Extensive Benchmarks Looking At AMD Znver1 GCC 9 Performance, EPYC Compiler Tuning
Rather than just comparing -march=x86-64 and -march=znver1, this second part to the AMD EPYC compiler testing is looking at the various optimization levels when using the GCC 9 snapshot on this AMD EPYC 7601 2P server.
The FFTW benchmark shows the common case of where at least hitting -O1 or even -Og yields much of the performance gains that there is to make out of the GCC compiler optimizations. But it does also show that link-time optimizations can pay off with delivering an 11% increase in performance over just the "-O3 -march=znver1" run.

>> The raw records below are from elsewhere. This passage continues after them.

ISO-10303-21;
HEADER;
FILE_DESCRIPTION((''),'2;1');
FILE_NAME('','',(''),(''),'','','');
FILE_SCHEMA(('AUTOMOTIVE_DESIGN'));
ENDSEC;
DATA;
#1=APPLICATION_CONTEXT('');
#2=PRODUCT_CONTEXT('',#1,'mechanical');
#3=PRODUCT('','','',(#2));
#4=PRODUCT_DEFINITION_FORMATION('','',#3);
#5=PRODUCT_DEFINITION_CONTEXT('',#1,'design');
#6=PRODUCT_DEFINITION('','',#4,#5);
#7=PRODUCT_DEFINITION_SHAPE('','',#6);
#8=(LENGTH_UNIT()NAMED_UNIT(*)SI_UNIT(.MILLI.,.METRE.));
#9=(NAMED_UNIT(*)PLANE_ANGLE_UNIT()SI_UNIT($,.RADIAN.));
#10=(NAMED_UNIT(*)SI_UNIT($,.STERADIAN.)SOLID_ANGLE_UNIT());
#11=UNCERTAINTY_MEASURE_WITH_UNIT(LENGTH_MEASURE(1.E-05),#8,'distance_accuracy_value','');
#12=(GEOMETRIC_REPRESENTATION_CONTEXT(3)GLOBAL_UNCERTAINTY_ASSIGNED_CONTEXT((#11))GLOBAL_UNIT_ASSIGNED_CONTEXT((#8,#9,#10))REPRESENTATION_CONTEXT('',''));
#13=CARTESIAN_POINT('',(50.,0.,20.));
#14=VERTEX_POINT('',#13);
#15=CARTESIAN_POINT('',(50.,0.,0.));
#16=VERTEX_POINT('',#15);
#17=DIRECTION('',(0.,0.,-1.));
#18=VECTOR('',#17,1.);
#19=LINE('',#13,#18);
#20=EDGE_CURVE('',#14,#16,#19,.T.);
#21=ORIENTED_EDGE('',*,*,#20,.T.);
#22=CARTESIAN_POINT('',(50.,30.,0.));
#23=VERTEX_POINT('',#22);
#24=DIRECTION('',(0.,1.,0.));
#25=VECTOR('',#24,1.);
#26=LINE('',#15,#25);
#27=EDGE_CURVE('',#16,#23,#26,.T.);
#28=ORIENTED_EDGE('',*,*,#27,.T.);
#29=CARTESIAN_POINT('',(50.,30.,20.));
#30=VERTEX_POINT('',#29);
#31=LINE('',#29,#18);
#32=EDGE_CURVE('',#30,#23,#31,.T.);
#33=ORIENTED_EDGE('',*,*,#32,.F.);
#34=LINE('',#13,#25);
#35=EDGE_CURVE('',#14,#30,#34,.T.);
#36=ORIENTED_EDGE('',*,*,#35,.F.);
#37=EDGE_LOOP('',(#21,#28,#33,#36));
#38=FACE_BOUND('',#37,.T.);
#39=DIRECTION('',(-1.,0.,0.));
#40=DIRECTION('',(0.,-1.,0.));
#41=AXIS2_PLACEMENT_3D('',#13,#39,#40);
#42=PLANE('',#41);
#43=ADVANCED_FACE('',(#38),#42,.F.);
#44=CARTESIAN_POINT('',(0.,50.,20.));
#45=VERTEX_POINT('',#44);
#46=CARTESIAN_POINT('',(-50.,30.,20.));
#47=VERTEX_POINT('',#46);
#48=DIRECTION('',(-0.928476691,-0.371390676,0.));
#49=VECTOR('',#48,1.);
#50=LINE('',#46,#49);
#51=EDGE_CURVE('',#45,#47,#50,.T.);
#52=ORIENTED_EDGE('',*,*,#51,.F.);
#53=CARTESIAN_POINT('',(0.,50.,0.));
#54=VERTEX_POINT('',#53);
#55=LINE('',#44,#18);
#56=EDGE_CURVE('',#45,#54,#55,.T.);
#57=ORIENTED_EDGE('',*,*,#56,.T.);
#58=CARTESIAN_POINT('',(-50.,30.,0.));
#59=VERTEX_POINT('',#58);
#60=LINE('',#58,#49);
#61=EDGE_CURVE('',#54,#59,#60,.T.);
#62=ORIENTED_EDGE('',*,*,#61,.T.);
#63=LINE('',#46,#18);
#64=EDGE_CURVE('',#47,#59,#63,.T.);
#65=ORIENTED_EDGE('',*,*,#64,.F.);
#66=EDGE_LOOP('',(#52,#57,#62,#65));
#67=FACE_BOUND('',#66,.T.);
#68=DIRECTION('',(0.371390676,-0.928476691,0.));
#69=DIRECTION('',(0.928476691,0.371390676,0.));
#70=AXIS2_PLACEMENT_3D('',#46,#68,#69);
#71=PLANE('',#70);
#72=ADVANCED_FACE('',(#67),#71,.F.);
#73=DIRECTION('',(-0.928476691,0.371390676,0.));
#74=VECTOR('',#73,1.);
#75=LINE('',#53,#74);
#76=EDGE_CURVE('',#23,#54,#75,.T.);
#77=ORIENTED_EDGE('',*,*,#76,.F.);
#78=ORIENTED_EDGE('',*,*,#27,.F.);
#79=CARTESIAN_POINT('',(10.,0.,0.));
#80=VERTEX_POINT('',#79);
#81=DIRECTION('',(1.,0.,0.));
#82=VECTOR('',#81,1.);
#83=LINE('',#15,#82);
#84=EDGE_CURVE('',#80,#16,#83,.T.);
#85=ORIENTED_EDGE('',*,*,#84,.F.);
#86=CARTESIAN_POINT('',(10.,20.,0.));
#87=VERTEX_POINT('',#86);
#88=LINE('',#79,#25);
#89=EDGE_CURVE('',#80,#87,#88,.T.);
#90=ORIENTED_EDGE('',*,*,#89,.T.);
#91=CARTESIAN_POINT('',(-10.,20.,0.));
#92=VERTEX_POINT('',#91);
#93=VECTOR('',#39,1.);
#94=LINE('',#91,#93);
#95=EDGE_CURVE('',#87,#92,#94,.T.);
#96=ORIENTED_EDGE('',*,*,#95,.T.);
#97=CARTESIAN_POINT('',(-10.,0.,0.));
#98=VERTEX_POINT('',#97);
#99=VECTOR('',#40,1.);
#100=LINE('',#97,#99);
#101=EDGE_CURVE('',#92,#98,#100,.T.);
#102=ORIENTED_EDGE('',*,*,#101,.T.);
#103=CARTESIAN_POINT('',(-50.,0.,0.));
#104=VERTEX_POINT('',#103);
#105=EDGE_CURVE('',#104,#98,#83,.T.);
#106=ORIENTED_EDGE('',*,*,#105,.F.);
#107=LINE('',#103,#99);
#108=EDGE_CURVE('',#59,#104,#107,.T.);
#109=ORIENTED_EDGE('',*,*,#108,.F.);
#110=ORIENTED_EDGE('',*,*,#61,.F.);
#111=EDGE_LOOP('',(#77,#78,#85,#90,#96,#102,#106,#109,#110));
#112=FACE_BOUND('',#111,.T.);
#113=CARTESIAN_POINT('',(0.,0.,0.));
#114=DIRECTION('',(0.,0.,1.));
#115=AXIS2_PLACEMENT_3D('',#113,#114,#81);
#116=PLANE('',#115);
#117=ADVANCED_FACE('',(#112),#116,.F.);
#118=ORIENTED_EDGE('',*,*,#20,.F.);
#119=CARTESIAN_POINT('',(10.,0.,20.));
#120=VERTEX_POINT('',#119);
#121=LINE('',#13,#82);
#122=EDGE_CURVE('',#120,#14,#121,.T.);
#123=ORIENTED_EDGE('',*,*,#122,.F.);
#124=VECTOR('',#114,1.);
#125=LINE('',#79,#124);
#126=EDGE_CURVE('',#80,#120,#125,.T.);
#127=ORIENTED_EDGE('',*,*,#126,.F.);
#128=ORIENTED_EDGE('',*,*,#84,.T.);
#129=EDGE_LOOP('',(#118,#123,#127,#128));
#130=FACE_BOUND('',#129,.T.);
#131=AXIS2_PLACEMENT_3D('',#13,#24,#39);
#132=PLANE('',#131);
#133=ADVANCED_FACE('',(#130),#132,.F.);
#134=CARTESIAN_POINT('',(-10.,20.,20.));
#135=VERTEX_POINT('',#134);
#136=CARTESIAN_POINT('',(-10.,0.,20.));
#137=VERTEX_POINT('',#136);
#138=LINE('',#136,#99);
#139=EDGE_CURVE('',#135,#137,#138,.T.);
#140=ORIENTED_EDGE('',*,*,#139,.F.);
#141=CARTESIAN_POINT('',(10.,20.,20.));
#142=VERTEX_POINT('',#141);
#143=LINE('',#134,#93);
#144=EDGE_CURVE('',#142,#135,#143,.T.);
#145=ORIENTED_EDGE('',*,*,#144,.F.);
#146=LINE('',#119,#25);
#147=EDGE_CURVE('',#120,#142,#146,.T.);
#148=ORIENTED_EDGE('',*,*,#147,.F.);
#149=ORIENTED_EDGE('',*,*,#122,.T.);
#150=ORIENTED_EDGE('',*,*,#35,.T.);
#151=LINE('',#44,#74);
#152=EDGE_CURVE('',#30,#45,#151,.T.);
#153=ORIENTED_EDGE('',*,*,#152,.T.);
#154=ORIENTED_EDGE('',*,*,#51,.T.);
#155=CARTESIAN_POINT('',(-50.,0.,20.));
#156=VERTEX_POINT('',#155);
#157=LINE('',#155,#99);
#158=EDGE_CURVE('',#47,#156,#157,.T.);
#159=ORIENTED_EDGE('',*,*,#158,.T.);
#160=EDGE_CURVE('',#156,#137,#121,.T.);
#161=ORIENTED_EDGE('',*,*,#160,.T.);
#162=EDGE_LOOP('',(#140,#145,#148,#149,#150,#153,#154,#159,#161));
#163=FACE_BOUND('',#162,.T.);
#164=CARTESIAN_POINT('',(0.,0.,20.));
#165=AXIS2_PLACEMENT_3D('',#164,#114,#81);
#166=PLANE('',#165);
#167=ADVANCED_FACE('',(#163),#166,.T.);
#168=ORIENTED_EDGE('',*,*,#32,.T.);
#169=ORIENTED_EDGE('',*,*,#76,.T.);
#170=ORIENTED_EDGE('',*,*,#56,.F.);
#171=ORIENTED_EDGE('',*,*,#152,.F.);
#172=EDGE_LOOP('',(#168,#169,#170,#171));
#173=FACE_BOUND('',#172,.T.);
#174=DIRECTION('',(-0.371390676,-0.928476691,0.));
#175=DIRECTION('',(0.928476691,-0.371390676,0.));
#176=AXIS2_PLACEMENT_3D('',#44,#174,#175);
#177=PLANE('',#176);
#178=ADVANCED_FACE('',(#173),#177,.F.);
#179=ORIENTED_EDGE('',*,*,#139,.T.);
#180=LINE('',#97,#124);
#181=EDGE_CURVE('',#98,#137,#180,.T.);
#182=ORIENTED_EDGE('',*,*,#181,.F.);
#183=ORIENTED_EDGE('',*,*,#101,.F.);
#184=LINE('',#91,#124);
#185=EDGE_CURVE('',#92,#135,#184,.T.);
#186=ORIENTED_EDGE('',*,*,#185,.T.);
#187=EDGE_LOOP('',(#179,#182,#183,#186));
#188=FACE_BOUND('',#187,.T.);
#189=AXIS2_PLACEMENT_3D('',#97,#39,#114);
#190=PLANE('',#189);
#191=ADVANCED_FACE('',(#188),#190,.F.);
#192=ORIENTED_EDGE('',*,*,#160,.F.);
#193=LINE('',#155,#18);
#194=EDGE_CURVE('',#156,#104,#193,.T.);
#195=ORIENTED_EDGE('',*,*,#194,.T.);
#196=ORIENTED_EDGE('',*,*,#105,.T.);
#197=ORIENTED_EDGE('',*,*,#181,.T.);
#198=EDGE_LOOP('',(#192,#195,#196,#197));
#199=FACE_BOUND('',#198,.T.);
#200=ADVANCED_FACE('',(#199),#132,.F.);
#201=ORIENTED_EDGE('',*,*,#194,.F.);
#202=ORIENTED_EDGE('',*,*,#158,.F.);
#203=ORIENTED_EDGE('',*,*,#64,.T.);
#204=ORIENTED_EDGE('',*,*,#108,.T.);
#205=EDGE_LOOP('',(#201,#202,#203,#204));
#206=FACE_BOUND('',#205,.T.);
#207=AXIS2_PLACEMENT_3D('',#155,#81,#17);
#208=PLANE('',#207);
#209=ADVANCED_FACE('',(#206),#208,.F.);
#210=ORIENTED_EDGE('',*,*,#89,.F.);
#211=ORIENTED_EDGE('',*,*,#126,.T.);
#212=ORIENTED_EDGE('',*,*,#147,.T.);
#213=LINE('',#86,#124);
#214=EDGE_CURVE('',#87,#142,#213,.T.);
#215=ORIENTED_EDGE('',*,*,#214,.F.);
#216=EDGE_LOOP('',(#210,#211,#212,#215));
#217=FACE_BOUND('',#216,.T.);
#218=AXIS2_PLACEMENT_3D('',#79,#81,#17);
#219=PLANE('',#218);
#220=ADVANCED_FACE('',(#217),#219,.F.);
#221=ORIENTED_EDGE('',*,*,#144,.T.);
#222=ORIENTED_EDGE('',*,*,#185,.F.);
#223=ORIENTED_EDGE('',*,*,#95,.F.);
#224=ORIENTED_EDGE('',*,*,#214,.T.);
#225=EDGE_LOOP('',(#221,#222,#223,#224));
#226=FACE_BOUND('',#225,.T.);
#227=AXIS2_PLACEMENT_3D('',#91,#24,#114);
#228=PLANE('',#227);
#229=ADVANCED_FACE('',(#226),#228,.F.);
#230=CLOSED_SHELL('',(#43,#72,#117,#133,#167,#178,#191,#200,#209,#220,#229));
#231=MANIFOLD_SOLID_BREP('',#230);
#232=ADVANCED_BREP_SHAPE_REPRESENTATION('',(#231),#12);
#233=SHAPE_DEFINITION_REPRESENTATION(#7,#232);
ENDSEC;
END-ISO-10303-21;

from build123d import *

# Parameters (mm, degrees)
BOSS_EXTRUDE1_DEPTH = 20
SKETCH2_W           = 20
SKETCH2_H           = 20
CUT_EXTRUDE1_DEPTH  = 74.484692283


with BuildPart() as part:
    # Sketch1 → Boss-Extrude1 (new body)
    with BuildSketch(Plane.XY):
        Polygon((50, 0), (-50, 0), (-50, 30), (0, 50), (50, 30), align=None)
    extrude(amount=BOSS_EXTRUDE1_DEPTH)

    # Sketch2 → Cut-Extrude1 (cut, through all)
    with BuildSketch(Plane.XY.offset(20)):
        with Locations((0, 10)):
            Rectangle(SKETCH2_W, SKETCH2_H)
    extrude(amount=-CUT_EXTRUDE1_DEPTH, mode=Mode.SUBTRACT)


solid = part.part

The HMMer sequence analysis program meanwhile shows one of the cases where the (potentially unsafe) -Ofast optimization level pays off, but aside from that not too much of a difference between -O1 and -O3.
The SciMark2 micro-benchmarks show nicely the progression of compiler optimization levels and their impact on performance, but in this case -Ofast was slower than -O3. Link-time optimizations don't pay off since SciMark2 is a single source file anyhow.
If you give John The Ripper any level of optimizations, it's happy enough.
That's a similar story with x264, which for the performance sensitive paths is hand-tuned Assembly.